Annoyances in Education
The trouble with wanting to be a lawyer is that you have to go to law school. The trouble with law school, at least for me, is that I've never really 'fit in' with the academic paradigm. When I was younger, I used to question why I was being put through academic hoops that made little sense to me. [1] Years of experience taught me that while you learn a lot of things at any level of school, the primary function of education is a kind of sorting hat, where the skills your tested on bear some peripheral relationship to what you'll eventually do upon graduation. In other words, an employer can count on the fact that by hiring 'the best' graduates, he can't guarantee an employee will be good for his firm, but he's less likely to have to fire them later.
In any event, my standard attitude towards inexplicable pedagogy these days will be to approach it as a client project: (a) figure out what my professor wants, and (b) hand that in as an answer. That's not as grim as it sounds. Some professors want creativity in their responses, and that's good. Some just want to see that you can use the tools they've been teaching--even if there are better ones about--and for those, you stick with the tried and true. Not as exciting, but it gets the job done quickly and with a modicum of fuss.
Every so often, however, I'll get a problem, or an assignment, or just a task, and that onery youngster in me pops out. "You can't draw that conclusion, even though it's what's wanted," he says. "Yes, this all works within the bounds of the question, but what happens to someone who tries this in real life?" Mostly, I tell the kid to shut up--it's the advantage of age.
But every so often, I look at him fondly and quiet him with this almost certainly apocryphal story about Niels Bohr:
The following concerns a question in a physics degree exam at the University of Copenhagen:"Describe how to determine the height of a skyscraper with a barometer."
One student replied:
"You tie a long piece of string to the neck of the barometer, then lower the barometer from the roof of the skyscraper to the ground. The length of the string plus the length of the barometer will equal the height of the building."
This highly original answer so incensed the examiner that the student was failed immediately. The student appealed on the grounds that his answer was indisputably correct, and the university appointed an independent arbiter to decide the case.
The arbiter judged that the answer was indeed correct, but did not display any noticeable knowledge of physics. To resolve the problem it was decided to call the student in and allow him six minutes in which to provide a verbal answer that showed at least a minimal familiarity with the basic principles of physics.
For five minutes the student sat in silence, forehead creased in thought. The arbiter reminded him that time was running out, to which the student replied that he had several extremely relevant answers, but couldn't make up his mind which to use. On being advised to hurry up the student replied as follows:
"Firstly, you could take the barometer up to the roof of the skyscraper, drop it over the edge, and measure the time it takes to reach the ground. The height of the building can then be worked out from the formula H = 0.5g x t squared. But bad luck on the barometer."
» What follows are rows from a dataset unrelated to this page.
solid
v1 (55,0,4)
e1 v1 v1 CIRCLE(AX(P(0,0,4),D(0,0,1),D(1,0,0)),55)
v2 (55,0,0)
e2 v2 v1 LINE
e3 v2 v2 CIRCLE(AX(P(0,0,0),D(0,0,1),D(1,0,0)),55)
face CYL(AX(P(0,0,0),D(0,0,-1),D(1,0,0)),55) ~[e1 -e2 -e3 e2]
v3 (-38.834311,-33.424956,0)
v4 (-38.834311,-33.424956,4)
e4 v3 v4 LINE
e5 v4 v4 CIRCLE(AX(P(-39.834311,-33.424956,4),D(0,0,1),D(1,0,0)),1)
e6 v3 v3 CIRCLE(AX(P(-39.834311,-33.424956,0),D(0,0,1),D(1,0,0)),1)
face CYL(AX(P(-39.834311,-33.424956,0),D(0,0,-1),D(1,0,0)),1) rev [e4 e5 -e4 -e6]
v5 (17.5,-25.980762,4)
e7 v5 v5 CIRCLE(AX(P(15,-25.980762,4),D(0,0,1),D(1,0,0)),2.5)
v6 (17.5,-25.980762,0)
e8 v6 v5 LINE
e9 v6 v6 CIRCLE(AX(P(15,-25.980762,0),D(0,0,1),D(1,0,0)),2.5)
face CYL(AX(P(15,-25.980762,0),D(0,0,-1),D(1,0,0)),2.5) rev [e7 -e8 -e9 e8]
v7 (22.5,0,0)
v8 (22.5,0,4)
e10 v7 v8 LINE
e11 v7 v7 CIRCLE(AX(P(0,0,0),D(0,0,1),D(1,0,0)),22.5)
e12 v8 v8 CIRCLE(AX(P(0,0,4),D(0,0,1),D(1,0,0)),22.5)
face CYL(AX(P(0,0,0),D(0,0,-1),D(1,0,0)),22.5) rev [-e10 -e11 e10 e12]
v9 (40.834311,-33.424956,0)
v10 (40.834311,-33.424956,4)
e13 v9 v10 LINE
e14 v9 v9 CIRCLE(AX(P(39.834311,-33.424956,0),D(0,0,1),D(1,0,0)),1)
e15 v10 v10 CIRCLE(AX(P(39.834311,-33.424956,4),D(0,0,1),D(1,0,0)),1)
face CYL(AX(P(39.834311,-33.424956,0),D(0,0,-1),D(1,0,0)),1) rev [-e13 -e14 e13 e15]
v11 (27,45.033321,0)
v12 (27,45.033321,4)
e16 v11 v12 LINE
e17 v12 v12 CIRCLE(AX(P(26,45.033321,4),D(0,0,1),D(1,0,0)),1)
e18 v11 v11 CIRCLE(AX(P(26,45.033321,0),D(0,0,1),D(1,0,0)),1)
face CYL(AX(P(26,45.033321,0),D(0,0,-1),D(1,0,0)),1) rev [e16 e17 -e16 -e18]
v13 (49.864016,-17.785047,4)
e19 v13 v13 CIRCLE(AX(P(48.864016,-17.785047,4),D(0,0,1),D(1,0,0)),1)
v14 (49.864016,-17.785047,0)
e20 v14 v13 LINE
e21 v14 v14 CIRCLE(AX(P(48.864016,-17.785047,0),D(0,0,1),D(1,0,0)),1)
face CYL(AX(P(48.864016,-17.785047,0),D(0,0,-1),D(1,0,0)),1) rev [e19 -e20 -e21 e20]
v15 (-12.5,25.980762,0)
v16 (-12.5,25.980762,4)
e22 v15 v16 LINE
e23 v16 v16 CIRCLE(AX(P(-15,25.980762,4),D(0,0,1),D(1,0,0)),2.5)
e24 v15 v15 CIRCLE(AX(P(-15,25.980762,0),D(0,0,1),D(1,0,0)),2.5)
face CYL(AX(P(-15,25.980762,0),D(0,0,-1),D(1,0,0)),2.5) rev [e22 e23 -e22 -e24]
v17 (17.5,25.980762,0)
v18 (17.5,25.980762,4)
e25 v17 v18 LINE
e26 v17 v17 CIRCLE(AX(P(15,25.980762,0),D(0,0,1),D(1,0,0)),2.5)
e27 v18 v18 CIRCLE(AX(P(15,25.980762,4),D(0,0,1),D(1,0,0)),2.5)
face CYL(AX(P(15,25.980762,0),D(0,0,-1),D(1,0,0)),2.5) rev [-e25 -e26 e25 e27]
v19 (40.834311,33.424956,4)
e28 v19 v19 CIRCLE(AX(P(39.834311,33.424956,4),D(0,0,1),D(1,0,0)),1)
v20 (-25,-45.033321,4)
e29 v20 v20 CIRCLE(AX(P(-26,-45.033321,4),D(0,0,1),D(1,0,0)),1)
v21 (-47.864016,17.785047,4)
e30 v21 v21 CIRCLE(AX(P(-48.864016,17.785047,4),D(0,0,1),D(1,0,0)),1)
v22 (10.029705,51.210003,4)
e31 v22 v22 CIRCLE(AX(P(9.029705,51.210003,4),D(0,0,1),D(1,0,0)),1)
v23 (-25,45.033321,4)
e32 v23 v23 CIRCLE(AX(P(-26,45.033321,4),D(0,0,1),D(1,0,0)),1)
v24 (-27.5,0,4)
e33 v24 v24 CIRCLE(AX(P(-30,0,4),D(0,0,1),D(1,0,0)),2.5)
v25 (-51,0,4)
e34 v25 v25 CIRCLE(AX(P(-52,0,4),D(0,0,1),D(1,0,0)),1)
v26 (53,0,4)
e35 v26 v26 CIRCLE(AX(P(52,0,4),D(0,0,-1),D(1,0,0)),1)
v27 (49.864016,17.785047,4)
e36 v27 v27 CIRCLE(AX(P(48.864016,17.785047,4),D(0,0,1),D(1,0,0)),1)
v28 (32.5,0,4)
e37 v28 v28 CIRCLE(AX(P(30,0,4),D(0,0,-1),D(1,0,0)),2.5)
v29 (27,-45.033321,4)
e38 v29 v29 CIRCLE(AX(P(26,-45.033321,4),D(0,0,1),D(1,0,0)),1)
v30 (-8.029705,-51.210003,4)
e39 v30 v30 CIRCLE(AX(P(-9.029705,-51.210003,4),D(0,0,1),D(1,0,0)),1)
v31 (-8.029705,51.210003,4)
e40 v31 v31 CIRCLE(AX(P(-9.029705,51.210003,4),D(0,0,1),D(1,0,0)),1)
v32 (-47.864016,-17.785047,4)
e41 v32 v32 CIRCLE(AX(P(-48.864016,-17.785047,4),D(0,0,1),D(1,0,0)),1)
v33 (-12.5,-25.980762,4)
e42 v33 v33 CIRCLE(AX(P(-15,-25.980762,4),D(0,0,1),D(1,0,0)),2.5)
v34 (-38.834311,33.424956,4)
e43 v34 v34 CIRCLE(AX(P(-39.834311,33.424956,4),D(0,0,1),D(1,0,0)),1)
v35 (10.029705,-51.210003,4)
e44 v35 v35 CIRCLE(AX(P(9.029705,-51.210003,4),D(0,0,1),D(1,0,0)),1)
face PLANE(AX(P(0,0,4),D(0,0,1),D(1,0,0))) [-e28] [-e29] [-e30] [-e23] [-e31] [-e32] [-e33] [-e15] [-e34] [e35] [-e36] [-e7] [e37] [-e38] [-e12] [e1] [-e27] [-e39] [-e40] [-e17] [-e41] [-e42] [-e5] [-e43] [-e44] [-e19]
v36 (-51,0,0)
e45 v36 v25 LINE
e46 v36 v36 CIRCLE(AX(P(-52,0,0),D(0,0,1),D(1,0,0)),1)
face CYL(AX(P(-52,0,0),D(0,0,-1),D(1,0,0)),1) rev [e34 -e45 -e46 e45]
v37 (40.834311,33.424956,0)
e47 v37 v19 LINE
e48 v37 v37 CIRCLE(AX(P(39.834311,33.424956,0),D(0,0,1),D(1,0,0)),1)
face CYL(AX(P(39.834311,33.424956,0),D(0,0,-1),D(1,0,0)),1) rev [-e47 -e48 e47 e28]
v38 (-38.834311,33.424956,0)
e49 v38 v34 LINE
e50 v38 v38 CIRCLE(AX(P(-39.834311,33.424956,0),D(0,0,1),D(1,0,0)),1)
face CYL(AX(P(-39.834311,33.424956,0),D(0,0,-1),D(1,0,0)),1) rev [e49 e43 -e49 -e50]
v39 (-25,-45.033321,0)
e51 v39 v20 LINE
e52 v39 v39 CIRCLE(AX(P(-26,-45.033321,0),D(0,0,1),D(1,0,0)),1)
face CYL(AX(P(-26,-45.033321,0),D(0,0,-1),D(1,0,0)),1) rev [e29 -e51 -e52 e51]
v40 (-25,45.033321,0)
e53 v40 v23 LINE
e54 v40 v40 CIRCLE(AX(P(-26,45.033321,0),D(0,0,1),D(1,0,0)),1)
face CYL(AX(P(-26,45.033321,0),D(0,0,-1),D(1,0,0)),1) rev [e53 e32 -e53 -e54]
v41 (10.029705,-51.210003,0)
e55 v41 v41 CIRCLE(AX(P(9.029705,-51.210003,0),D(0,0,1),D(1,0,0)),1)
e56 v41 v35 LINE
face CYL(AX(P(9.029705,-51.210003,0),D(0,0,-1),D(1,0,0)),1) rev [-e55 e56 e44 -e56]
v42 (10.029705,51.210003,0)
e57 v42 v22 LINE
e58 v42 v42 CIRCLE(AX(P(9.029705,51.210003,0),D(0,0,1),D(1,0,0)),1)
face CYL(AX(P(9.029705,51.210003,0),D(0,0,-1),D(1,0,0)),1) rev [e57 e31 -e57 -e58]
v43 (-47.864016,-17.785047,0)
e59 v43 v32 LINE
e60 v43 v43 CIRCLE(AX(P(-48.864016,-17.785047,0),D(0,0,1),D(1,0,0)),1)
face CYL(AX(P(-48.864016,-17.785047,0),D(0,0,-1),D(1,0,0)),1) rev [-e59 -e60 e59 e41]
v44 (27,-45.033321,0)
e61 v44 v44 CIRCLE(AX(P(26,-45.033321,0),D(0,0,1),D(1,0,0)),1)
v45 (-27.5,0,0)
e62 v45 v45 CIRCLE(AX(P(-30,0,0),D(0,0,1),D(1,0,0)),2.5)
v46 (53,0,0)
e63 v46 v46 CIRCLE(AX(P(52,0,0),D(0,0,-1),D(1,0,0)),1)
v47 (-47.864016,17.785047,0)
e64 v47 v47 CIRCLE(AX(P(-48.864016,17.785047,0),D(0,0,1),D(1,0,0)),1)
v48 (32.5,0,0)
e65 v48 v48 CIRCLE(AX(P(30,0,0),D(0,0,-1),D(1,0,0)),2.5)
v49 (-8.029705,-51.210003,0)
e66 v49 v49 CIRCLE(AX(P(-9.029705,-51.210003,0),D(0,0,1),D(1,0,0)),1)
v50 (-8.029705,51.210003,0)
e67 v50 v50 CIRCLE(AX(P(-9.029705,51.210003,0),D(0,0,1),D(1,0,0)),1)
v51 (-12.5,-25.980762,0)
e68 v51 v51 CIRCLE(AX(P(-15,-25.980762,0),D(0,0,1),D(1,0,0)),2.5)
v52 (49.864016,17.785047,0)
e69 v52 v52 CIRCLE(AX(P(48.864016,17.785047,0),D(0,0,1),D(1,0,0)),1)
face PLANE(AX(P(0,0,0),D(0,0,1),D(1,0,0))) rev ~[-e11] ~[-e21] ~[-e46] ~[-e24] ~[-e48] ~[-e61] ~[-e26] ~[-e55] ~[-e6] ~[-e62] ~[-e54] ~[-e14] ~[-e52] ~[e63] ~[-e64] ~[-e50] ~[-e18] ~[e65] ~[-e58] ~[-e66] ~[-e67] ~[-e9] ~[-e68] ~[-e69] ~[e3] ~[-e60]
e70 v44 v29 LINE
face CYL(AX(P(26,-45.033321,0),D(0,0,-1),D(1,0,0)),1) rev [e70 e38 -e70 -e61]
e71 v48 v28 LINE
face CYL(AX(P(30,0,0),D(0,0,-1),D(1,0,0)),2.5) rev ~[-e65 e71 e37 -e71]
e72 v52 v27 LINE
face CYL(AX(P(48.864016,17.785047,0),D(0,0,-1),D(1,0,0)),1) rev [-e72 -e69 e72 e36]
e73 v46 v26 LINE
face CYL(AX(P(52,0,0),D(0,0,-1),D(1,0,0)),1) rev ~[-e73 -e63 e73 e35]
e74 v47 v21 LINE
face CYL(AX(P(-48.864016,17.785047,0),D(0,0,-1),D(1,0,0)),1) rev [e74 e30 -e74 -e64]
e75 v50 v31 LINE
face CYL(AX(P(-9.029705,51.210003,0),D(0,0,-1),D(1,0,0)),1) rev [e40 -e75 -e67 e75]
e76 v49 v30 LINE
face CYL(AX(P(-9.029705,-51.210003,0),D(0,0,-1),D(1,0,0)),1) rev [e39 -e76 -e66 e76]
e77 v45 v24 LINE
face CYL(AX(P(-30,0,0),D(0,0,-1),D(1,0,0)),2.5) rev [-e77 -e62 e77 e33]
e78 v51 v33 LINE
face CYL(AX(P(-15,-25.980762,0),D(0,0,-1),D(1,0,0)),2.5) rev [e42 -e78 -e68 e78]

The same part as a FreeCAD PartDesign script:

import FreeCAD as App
import Part
import Sketcher
from FreeCAD import Vector
Q = App.Units.Quantity

doc = App.newDocument("Part")
body = doc.addObject("PartDesign::Body", "Body")

# Sketch on XY plane
sketch1 = body.newObject("Sketcher::SketchObject", "Sketch")
sketch1.AttachmentSupport = (doc.getObject("XY_Plane"), [""])
sketch1.MapMode = "FlatFace"
sketch1.addGeometry([
    Part.Circle(Vector(0, 0, 0), Vector(0, 0, 1), 55),  # 0
    Part.Circle(Vector(-39.8, -33.4, 0), Vector(0, 0, 1), 1),  # 1
    Part.Circle(Vector(-26, -45, 0), Vector(0, 0, 1), 1),  # 2
    Part.Circle(Vector(-9, -51.2, 0), Vector(0, 0, 1), 1),  # 3
    Part.Circle(Vector(-48.9, -17.8, 0), Vector(0, 0, 1), 1),  # 4
    Part.Circle(Vector(-15, -26, 0), Vector(0, 0, 1), 2.5),  # 5
    Part.Circle(Vector(9, -51.2, 0), Vector(0, 0, 1), 1),  # 6
    Part.Circle(Vector(26, -45, 0), Vector(0, 0, 1), 1),  # 7
    Part.Circle(Vector(39.8, -33.4, 0), Vector(0, 0, 1), 1),  # 8
    Part.Circle(Vector(15, -26, 0), Vector(0, 0, 1), 2.5),  # 9
    Part.Circle(Vector(48.9, -17.8, 0), Vector(0, 0, 1), 1),  # 10
    Part.Circle(Vector(-52, 0, 0), Vector(0, 0, 1), 1),  # 11
    Part.Circle(Vector(-30, 0, 0), Vector(0, 0, 1), 2.5),  # 12
    Part.Circle(Vector(-48.9, 17.8, 0), Vector(0, 0, 1), 1),  # 13
    Part.Circle(Vector(-15, 26, 0), Vector(0, 0, 1), 2.5),  # 14
    Part.Circle(Vector(-39.8, 33.4, 0), Vector(0, 0, 1), 1),  # 15
    Part.Circle(Vector(-26, 45, 0), Vector(0, 0, 1), 1),  # 16
    Part.Circle(Vector(-9, 51.2, 0), Vector(0, 0, 1), 1),  # 17
    Part.Circle(Vector(0, 0, 0), Vector(0, 0, 1), 22.5),  # 18
    Part.Circle(Vector(15, 26, 0), Vector(0, 0, 1), 2.5),  # 19
    Part.Circle(Vector(30, 0, 0), Vector(0, 0, 1), 2.5),  # 20
    Part.Circle(Vector(52, 0, 0), Vector(0, 0, 1), 1),  # 21
    Part.Circle(Vector(48.9, 17.8, 0), Vector(0, 0, 1), 1),  # 22
    Part.Circle(Vector(9, 51.2, 0), Vector(0, 0, 1), 1),  # 23
    Part.Circle(Vector(26, 45, 0), Vector(0, 0, 1), 1),  # 24
    Part.Circle(Vector(39.8, 33.4, 0), Vector(0, 0, 1), 1),  # 25
], False)
sketch1.addConstraint([
    Sketcher.Constraint("Coincident", 0, 3, -1, 1),
    Sketcher.Constraint("Coincident", 18, 3, -1, 1),
    Sketcher.Constraint("Equal", 1, 2),
    Sketcher.Constraint("Equal", 2, 3),
    Sketcher.Constraint("Equal", 3, 4),
    Sketcher.Constraint("Equal", 4, 6),
    Sketcher.Constraint("Equal", 6, 7),
    Sketcher.Constraint("Equal", 7, 8),
    Sketcher.Constraint("Equal", 5, 9),
    Sketcher.Constraint("Equal", 8, 10),
    Sketcher.Constraint("Equal", 10, 11),
    Sketcher.Constraint("Equal", 9, 12),
    Sketcher.Constraint("Equal", 11, 13),
    Sketcher.Constraint("Equal", 12, 14),
    Sketcher.Constraint("Equal", 13, 15),
    Sketcher.Constraint("Equal", 15, 16),
    Sketcher.Constraint("Equal", 16, 17),
    Sketcher.Constraint("Equal", 14, 19),
    Sketcher.Constraint("Equal", 19, 20),
    Sketcher.Constraint("Equal", 17, 21),
    Sketcher.Constraint("Equal", 21, 22),
    Sketcher.Constraint("Equal", 22, 23),
    Sketcher.Constraint("Equal", 23, 24),
    Sketcher.Constraint("Equal", 24, 25),
    Sketcher.Constraint("Symmetric", 10, 3, 13, 3, -1, 1),
    Sketcher.Constraint("Symmetric", 9, 3, 14, 3, -1, 1),
    Sketcher.Constraint("Symmetric", 8, 3, 15, 3, -1, 1),
    Sketcher.Constraint("Symmetric", 7, 3, 16, 3, -1, 1),
    Sketcher.Constraint("Symmetric", 6, 3, 17, 3, -1, 1),
    Sketcher.Constraint("Symmetric", 5, 3, 19, 3, -1, 1),
    Sketcher.Constraint("Symmetric", 12, 3, 20, 3, -1, 1),
    Sketcher.Constraint("Symmetric", 11, 3, 21, 3, -1, 1),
"Or if the sun is shining you could measure the height of the barometer, then set it on end and measure the length of its shadow. Then you measure the length of the skyscraper's shadow, and thereafter it is a simple matter of proportional arithmetic to work out the height of the skyscraper."
"But if you wanted to be highly scientific about it, you could tie a short piece of string to the barometer and swing it like a pendulum, first at ground level and then on the roof of the skyscraper. The height is worked out by the difference in the gravitational restoring force T =2 pi sqr root (l /g)."
"Or if the skyscraper has an outside emergency staircase, it would be easier to walk up it and mark off the height of the skyscraper in barometer lengths, then add them up."
"If you merely wanted to be boring and orthodox about it, of course, you could use the barometer to measure the air pressure on the roof of the skyscraper and on the ground, and convert the difference in millibars into feet to give the height of the building."
"But since we are constantly being exhorted to exercise independence of mind and apply scientific methods, undoubtedly the best way would be to knock on the janitor's door and say to him 'If you would like a nice new barometer, I will give you this one if you tell me the height of this skyscraper'."
The student was Niels Bohr, the only Dane to win the Nobel Prize for physics.
Even Snopes considers the story to be a garden-variety academic legend. Still, sometimes one should give the inner child a bedtime story.
[1] I was assured by my fourth-grade teacher that these things would make sense to me when I got older and went out in the working world. What I found when I reached the working world was that those to whom obscure matters of pedagogy made sense had often remained in academia. It is possible, however, that I am simply refusing to grow old/up, an opinion on which I will defer to my readers.